I do personally own a horse who was formerly viciously abused for most of his long, long life. He reaches a point when you're riding where, well, I don't even want to find out exactly what he will do if you don't get off. He gets extremely uncomfortable and flattens his ears and starts crowhopping and bolts this way and that, entirely unprovoked. It's not from physical pain, only mental. He reaches a limit and it must be respected. We tried to help him through it for years and it only got worse, so now he is happily retired from riding. He hasn't been blamed once for being the way he is; he's a sweet old man. I think maybe he gets flashbacks.


----------



## ScharmLily (Nov 23, 2009)

I've met two horses that I would classify as "mean" in my life.

One was an OTTB mare that I owned. No matter how much care and understanding I gave her, she just didn't like people. I still know this mare although I sold her, and she is still the same way. She can be nice sometimes, but vicious the next and has never progressed very far in her training because of this. However, I think that this is an attribute of bad handling and mistreatment when she was younger and racing. She came to me very underweight and her demeanor just screamed abuse.

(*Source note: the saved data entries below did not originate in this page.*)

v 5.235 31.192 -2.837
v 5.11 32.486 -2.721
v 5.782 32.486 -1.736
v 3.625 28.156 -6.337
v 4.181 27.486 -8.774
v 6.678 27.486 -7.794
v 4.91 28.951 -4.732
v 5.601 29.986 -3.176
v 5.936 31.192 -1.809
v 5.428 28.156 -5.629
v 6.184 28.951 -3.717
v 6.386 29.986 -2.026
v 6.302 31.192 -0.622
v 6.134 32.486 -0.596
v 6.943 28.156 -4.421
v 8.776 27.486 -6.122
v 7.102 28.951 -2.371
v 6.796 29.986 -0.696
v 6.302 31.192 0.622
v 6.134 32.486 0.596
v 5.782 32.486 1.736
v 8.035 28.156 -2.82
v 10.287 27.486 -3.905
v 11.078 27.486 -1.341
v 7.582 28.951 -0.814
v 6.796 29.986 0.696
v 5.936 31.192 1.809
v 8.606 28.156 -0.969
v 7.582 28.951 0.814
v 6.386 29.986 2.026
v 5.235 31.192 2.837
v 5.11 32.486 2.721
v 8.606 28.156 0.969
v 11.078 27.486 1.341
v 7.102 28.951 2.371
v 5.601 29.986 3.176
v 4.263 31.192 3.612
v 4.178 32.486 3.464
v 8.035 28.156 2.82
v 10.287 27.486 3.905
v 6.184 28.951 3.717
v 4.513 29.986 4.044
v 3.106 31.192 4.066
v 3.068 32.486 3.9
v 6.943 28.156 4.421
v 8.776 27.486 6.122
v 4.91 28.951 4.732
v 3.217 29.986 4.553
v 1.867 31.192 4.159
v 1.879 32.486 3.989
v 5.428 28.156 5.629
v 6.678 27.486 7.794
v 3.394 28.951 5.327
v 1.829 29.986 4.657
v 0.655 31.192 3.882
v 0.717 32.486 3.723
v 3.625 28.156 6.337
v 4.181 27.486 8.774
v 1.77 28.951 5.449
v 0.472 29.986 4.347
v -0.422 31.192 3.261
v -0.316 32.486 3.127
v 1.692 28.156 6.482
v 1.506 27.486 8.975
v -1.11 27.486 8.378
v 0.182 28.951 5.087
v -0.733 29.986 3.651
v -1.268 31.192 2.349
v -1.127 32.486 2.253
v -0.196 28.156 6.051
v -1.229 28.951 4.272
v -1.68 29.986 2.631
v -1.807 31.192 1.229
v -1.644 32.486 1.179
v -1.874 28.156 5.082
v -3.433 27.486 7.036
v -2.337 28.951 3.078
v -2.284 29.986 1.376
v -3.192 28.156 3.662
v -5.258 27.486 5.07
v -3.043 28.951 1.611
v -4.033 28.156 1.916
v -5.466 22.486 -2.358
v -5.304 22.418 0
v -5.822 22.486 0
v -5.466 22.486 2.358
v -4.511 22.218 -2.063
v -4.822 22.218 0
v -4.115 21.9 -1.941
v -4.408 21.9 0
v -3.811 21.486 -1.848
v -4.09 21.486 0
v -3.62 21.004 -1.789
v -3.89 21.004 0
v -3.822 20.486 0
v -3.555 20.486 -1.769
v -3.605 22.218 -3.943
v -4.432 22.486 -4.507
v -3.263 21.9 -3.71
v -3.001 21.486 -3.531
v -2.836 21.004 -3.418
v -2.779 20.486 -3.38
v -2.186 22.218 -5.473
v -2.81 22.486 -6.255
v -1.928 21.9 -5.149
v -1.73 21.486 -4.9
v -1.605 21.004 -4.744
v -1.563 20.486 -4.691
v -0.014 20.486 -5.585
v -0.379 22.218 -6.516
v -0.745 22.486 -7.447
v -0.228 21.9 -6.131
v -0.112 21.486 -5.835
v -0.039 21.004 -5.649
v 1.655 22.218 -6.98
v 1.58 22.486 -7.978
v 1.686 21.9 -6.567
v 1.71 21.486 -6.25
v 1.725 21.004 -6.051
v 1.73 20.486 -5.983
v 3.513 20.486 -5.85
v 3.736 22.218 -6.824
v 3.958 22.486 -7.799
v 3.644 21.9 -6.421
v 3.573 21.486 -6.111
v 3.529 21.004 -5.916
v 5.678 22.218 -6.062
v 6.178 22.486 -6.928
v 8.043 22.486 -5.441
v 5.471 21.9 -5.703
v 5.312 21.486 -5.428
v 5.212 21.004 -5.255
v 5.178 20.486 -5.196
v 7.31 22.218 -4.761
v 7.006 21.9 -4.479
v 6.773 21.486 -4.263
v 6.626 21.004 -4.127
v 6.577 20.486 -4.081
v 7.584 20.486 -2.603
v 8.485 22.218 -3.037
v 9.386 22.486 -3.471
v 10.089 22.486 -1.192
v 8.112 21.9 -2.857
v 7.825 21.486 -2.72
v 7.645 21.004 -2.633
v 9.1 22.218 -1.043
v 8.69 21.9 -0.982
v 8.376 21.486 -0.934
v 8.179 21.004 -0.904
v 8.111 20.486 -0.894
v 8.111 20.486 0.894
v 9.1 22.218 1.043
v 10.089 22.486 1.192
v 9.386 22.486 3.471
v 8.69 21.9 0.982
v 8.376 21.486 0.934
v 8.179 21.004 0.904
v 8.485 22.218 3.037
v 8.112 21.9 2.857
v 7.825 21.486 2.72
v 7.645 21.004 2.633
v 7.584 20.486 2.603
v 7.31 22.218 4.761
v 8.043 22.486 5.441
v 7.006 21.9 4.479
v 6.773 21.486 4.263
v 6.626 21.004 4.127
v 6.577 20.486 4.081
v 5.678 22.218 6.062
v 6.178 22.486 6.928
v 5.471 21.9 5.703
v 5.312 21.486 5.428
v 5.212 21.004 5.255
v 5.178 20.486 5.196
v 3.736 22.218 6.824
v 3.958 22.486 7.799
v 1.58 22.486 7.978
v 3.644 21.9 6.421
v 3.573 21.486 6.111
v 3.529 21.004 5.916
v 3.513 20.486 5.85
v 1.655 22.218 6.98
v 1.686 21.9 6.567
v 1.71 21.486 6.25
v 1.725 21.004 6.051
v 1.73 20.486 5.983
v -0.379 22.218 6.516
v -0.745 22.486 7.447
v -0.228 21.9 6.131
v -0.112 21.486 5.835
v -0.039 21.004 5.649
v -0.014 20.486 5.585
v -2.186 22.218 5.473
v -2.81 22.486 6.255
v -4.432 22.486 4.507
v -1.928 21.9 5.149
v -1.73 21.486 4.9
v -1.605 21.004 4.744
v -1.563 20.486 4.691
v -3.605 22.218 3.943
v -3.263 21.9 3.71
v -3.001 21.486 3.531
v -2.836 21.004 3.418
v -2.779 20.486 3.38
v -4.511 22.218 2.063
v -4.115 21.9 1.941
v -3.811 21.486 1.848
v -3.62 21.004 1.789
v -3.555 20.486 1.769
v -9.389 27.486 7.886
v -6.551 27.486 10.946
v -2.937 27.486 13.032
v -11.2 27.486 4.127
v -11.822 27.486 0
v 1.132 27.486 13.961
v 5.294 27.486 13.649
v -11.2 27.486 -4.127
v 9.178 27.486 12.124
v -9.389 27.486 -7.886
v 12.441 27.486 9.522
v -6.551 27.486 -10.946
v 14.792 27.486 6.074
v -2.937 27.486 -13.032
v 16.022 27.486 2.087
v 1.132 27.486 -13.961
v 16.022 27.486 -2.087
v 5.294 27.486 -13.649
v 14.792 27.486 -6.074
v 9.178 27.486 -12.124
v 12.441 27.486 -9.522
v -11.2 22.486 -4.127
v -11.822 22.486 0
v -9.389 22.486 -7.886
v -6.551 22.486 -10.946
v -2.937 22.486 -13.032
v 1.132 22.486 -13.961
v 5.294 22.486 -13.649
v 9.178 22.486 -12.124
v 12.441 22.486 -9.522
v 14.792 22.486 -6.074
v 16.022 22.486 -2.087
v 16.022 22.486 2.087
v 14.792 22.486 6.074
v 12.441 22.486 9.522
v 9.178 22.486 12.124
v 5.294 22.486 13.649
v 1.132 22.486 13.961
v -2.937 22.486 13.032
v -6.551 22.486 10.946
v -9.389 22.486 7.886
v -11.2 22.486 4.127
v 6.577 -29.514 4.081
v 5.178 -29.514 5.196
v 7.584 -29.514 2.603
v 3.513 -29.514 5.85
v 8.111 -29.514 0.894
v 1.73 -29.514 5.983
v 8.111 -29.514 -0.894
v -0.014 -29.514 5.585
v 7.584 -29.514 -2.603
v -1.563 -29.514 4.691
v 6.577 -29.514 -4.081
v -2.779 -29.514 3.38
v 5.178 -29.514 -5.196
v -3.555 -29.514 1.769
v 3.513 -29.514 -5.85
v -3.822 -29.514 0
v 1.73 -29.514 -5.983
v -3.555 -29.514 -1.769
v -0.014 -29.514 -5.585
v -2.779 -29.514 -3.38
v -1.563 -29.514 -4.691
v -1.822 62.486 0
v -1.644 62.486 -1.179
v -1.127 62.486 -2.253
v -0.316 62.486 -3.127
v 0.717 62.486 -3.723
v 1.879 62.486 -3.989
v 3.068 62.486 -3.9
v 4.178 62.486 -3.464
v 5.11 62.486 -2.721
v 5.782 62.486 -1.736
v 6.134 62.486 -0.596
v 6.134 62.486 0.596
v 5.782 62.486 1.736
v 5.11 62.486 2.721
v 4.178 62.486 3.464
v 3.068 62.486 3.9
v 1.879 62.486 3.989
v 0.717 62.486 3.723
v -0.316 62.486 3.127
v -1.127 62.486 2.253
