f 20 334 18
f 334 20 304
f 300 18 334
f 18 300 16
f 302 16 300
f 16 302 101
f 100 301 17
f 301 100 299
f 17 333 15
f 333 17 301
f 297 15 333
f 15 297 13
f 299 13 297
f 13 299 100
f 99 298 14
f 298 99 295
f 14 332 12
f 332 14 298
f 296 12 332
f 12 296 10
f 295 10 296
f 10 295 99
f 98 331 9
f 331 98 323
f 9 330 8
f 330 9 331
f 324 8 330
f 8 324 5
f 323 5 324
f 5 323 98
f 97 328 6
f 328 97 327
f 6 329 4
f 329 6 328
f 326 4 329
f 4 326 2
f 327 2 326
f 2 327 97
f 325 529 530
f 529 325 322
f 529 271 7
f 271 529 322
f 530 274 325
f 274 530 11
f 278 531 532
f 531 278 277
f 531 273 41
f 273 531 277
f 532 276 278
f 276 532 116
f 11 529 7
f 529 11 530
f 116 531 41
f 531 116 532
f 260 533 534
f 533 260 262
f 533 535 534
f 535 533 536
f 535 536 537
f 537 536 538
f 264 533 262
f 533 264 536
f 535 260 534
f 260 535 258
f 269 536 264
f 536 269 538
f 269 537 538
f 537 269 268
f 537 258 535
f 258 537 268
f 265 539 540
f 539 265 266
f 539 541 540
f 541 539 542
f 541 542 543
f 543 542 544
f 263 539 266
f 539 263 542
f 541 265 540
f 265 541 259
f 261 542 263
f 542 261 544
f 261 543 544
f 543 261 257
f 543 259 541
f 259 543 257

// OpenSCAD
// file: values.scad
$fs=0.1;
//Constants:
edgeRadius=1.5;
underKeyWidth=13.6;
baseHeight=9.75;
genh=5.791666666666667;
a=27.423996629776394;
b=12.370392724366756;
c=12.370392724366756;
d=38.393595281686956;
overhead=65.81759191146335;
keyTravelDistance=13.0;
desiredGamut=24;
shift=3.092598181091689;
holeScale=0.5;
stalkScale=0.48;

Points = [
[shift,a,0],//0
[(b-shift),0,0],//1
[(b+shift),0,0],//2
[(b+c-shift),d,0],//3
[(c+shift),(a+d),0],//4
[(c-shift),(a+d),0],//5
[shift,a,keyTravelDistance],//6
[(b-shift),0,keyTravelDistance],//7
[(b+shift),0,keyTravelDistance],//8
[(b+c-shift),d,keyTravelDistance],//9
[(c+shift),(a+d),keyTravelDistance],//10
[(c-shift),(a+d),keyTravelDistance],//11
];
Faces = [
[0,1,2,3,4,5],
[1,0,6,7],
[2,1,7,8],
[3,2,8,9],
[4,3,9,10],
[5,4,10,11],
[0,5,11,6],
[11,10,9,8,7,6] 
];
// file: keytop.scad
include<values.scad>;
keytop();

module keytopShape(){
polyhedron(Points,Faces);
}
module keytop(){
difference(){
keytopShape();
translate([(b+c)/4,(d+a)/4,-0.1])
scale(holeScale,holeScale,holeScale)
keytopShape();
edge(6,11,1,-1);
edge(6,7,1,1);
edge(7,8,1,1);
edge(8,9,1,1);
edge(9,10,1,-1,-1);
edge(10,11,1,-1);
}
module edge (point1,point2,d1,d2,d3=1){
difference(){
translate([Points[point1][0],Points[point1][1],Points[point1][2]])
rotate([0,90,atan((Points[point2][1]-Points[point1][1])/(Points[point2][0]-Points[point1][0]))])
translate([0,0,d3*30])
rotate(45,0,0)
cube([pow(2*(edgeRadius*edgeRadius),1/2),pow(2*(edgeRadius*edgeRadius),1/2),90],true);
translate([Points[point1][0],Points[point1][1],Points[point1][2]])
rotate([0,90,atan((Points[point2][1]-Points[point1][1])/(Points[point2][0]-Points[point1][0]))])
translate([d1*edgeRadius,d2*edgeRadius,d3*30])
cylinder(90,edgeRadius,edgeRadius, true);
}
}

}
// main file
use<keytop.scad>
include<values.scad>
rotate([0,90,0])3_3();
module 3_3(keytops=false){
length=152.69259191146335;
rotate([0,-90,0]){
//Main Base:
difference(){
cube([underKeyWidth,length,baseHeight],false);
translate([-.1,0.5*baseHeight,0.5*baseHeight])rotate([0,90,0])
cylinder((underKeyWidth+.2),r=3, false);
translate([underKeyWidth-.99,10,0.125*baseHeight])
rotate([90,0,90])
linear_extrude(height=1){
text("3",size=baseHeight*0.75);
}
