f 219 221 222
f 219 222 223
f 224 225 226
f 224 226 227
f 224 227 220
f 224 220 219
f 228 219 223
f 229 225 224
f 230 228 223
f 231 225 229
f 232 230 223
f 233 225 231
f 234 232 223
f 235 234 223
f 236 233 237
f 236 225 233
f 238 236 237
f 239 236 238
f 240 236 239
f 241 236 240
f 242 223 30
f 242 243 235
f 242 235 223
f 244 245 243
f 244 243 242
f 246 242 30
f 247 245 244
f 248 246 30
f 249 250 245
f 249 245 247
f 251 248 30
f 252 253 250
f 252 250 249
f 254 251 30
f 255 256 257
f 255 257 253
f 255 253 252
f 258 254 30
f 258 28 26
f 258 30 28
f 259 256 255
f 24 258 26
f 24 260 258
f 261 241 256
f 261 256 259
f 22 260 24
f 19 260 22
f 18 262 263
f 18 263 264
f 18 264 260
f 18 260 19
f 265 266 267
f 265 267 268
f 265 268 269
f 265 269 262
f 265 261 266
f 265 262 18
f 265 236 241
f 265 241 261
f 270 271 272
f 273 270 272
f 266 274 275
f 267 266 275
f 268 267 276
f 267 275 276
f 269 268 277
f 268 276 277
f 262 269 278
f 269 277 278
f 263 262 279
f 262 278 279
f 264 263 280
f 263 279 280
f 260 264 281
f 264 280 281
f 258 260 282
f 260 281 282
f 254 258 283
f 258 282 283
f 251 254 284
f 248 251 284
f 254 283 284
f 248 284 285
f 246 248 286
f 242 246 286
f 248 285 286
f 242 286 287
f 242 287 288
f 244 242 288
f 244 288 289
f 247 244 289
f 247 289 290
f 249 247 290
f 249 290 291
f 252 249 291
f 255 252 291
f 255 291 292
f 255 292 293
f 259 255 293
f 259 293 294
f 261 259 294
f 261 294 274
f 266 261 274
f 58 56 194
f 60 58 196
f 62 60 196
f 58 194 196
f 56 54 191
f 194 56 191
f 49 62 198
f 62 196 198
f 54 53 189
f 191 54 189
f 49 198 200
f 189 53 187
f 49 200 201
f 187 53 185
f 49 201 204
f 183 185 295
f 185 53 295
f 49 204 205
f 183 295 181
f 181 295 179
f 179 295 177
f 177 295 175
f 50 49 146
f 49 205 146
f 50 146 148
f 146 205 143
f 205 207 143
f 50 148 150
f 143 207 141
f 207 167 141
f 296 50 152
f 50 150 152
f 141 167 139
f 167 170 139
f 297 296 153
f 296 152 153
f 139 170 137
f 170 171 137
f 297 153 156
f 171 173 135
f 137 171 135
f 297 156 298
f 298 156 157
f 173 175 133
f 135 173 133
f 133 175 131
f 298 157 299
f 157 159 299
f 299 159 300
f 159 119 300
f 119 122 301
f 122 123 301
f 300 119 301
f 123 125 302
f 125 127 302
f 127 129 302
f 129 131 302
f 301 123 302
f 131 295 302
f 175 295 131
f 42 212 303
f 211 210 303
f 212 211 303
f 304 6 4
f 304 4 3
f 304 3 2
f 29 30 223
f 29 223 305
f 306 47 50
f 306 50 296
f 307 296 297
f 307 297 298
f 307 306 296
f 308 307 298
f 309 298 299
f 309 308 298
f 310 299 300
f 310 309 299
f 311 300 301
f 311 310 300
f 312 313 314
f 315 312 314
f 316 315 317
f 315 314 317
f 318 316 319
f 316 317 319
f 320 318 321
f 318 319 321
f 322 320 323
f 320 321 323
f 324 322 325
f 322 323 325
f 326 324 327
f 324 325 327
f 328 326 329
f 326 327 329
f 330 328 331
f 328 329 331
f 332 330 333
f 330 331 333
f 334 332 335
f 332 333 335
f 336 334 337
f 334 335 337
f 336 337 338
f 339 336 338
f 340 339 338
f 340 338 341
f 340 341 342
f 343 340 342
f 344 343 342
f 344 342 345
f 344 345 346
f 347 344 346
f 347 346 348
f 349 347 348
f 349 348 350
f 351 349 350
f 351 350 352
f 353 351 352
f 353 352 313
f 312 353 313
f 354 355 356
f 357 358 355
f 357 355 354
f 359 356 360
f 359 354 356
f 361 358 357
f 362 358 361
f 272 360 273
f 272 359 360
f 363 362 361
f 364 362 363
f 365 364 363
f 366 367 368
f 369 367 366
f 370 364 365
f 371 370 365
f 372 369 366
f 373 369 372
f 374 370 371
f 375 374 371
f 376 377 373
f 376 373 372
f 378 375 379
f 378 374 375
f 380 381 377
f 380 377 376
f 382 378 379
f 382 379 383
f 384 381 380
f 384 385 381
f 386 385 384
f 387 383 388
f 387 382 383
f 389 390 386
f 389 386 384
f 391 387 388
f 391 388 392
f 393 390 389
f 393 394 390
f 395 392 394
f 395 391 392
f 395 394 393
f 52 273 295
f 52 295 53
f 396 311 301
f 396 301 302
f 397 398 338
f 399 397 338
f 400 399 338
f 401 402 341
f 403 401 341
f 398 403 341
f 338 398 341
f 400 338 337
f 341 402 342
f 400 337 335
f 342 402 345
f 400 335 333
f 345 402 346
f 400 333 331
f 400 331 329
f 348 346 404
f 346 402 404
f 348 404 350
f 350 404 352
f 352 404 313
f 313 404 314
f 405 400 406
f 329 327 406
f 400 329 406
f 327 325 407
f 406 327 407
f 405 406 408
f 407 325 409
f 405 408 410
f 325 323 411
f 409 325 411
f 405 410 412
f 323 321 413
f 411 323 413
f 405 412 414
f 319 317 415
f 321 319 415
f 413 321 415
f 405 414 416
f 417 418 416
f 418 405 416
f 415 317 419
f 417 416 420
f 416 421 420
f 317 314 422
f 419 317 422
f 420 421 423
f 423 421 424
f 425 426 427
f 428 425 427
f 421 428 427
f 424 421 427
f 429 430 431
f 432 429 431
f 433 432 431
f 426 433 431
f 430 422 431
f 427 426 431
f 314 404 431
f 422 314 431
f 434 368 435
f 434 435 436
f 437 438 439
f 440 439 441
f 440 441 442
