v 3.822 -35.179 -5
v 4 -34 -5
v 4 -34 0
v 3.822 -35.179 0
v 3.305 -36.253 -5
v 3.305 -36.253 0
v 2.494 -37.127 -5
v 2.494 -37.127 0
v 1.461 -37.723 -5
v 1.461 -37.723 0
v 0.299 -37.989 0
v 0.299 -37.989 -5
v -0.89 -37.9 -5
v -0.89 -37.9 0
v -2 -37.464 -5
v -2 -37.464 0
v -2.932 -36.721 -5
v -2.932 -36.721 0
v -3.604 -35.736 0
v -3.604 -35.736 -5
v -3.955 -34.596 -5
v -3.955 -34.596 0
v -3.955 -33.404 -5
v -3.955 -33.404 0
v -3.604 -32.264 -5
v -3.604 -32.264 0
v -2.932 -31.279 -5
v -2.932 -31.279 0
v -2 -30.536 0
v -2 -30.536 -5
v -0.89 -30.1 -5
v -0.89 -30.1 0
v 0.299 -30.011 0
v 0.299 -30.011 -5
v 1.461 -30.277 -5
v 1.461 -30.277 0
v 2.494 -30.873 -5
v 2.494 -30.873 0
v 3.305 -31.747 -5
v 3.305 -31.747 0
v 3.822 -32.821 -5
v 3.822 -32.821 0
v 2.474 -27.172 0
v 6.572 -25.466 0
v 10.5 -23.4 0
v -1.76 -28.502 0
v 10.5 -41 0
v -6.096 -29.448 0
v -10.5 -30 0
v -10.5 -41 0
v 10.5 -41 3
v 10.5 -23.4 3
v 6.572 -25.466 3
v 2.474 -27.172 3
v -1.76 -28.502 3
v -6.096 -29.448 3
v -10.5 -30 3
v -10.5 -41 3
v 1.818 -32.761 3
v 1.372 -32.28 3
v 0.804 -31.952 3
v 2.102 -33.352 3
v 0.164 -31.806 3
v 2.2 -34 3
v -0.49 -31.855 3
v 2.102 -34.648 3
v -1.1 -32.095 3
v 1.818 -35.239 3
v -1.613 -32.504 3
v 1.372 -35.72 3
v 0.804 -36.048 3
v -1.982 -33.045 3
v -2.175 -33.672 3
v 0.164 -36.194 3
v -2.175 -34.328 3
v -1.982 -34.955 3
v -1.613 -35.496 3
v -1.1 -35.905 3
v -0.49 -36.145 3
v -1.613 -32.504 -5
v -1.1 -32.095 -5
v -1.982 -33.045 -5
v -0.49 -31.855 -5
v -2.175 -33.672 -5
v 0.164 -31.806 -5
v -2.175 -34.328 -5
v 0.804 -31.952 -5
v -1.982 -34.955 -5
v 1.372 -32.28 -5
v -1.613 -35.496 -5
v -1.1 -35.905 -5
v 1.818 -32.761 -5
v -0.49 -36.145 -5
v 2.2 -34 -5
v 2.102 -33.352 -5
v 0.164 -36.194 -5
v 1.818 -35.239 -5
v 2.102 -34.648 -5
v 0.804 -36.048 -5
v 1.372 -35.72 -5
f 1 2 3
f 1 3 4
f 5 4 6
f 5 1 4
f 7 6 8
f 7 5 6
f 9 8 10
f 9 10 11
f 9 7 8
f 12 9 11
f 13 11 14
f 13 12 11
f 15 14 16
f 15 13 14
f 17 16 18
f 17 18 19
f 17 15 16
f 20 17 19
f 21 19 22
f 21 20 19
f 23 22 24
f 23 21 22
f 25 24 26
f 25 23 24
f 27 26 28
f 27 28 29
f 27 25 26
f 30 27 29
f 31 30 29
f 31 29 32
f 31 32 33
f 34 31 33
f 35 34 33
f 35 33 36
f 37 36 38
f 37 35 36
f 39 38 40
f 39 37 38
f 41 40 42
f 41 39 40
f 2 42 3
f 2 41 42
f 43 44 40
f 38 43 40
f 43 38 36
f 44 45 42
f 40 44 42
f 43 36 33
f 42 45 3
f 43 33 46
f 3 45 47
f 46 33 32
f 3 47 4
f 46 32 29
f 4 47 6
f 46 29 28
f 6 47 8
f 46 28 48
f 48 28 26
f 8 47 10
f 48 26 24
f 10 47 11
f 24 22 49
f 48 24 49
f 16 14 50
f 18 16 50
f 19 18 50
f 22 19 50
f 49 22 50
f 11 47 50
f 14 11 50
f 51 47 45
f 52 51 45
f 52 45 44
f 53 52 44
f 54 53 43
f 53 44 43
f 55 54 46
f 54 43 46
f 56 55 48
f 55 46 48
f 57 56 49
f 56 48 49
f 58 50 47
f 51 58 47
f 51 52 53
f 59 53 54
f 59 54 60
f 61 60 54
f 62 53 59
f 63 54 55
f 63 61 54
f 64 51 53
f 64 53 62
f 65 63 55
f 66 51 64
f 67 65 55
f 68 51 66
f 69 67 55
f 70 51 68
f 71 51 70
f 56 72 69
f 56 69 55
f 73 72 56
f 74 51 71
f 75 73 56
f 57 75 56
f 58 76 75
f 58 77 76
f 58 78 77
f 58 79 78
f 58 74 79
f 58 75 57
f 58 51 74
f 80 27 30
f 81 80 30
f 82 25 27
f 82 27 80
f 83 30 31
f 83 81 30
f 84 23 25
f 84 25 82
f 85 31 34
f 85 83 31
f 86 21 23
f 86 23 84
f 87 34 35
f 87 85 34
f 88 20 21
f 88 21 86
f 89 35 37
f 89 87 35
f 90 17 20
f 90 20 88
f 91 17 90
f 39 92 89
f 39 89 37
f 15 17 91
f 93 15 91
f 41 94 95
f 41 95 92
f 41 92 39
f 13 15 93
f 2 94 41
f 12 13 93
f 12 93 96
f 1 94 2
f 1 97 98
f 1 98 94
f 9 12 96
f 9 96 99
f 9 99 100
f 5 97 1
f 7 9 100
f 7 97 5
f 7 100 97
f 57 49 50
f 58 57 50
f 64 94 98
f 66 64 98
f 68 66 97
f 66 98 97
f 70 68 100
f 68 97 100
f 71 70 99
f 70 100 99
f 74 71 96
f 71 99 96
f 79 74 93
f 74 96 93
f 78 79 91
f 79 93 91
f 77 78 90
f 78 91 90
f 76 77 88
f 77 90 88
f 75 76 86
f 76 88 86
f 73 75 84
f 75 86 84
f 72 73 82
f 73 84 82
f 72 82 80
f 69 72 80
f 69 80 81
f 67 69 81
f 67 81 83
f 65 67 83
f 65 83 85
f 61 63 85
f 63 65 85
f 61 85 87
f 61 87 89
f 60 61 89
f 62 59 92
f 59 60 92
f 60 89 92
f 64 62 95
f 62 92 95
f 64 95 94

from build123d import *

# Parameters (mm, degrees)
CYLINDER002_R     = 2.2
CYLINDER002_DEPTH = 20
PAD002_DEPTH      = 3
CYLINDER003_R     = 4
CYLINDER003_DEPTH = 5


with BuildPart() as hole001:
    # Cylinder002 → Cylinder002 (new body)
    with BuildSketch(Plane.XY.offset(-10)):
        Circle(CYLINDER002_R)
    extrude(amount=CYLINDER002_DEPTH)


with BuildPart() as body002:
    # Sketch003 → Pad002 (new body)
    with BuildSketch(Plane.XY):
        with BuildLine():
            Line((-10.5, -4), (-10.5, 7))
            Line((-10.5, 7), (10.5, 7))
            Line((10.5, 7), (10.5, -10.6))
            ThreePointArc((10.5, -10.6), (0.372304, -6.115398), (-10.5, -4))
        make_face()
    extrude(amount=PAD002_DEPTH)


with BuildPart() as pad_cut:
    # Cylinder003 → Cylinder003 (new body)
    with BuildSketch(Plane.XY.offset(-5)):
        Circle(CYLINDER003_R)
    extrude(amount=CYLINDER003_DEPTH)

    # Fusion001: union Body002
    add(body002.part)

    # Cut001: cut hole001
    add(hole001.part, mode=Mode.SUBTRACT)


with BuildPart() as pad_cut_mirror:
    # Part__Mirroring: instance of pad cut
    add(pad_cut.part.mirror(Plane(origin=(0, -17, 0), x_dir=(1, 0, 0), z_dir=(0, 1, 0))))


solid = pad_cut_mirror.part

I do not blame her for this, rather I blame the people who ruined her.

The second horse was much worse. She was a TB mare that I cared for at a job that I had. Supposedly, she was born and raised on the farm, and had never raced or been mishandled. She was 4 yrs old at the time. IF, and I say "if" because many other horses on the farm also had behavior issues, this was actually true, then this mare was just born mean. She would lunge at you with teeth bared, try and kick you at any moment, and was hardly even able to be led from the paddock to the stall. I had to make sure that I had everything (food, water, etc.) in her stall before bringing her in because she would attack you the moment that her stall door was opened. My hat saved my head from her teeth on one occasion. She was no better in the paddock, and just getting a lead rope on her was like trying to harness a wild animal. In the short time that I worked there, this mare broke a girl's back by kicking her when she tried to catch her after she escaped. Now, because I don't really know her background, I can't really say for sure if she was just a mean horse. I guess the most I can say is that I do believe that it is possible, that like humans, a horse could be born with a severe neurological condition that could result in inborn meanness. It seems only probable to me that both being living organisms, we can share this trait. 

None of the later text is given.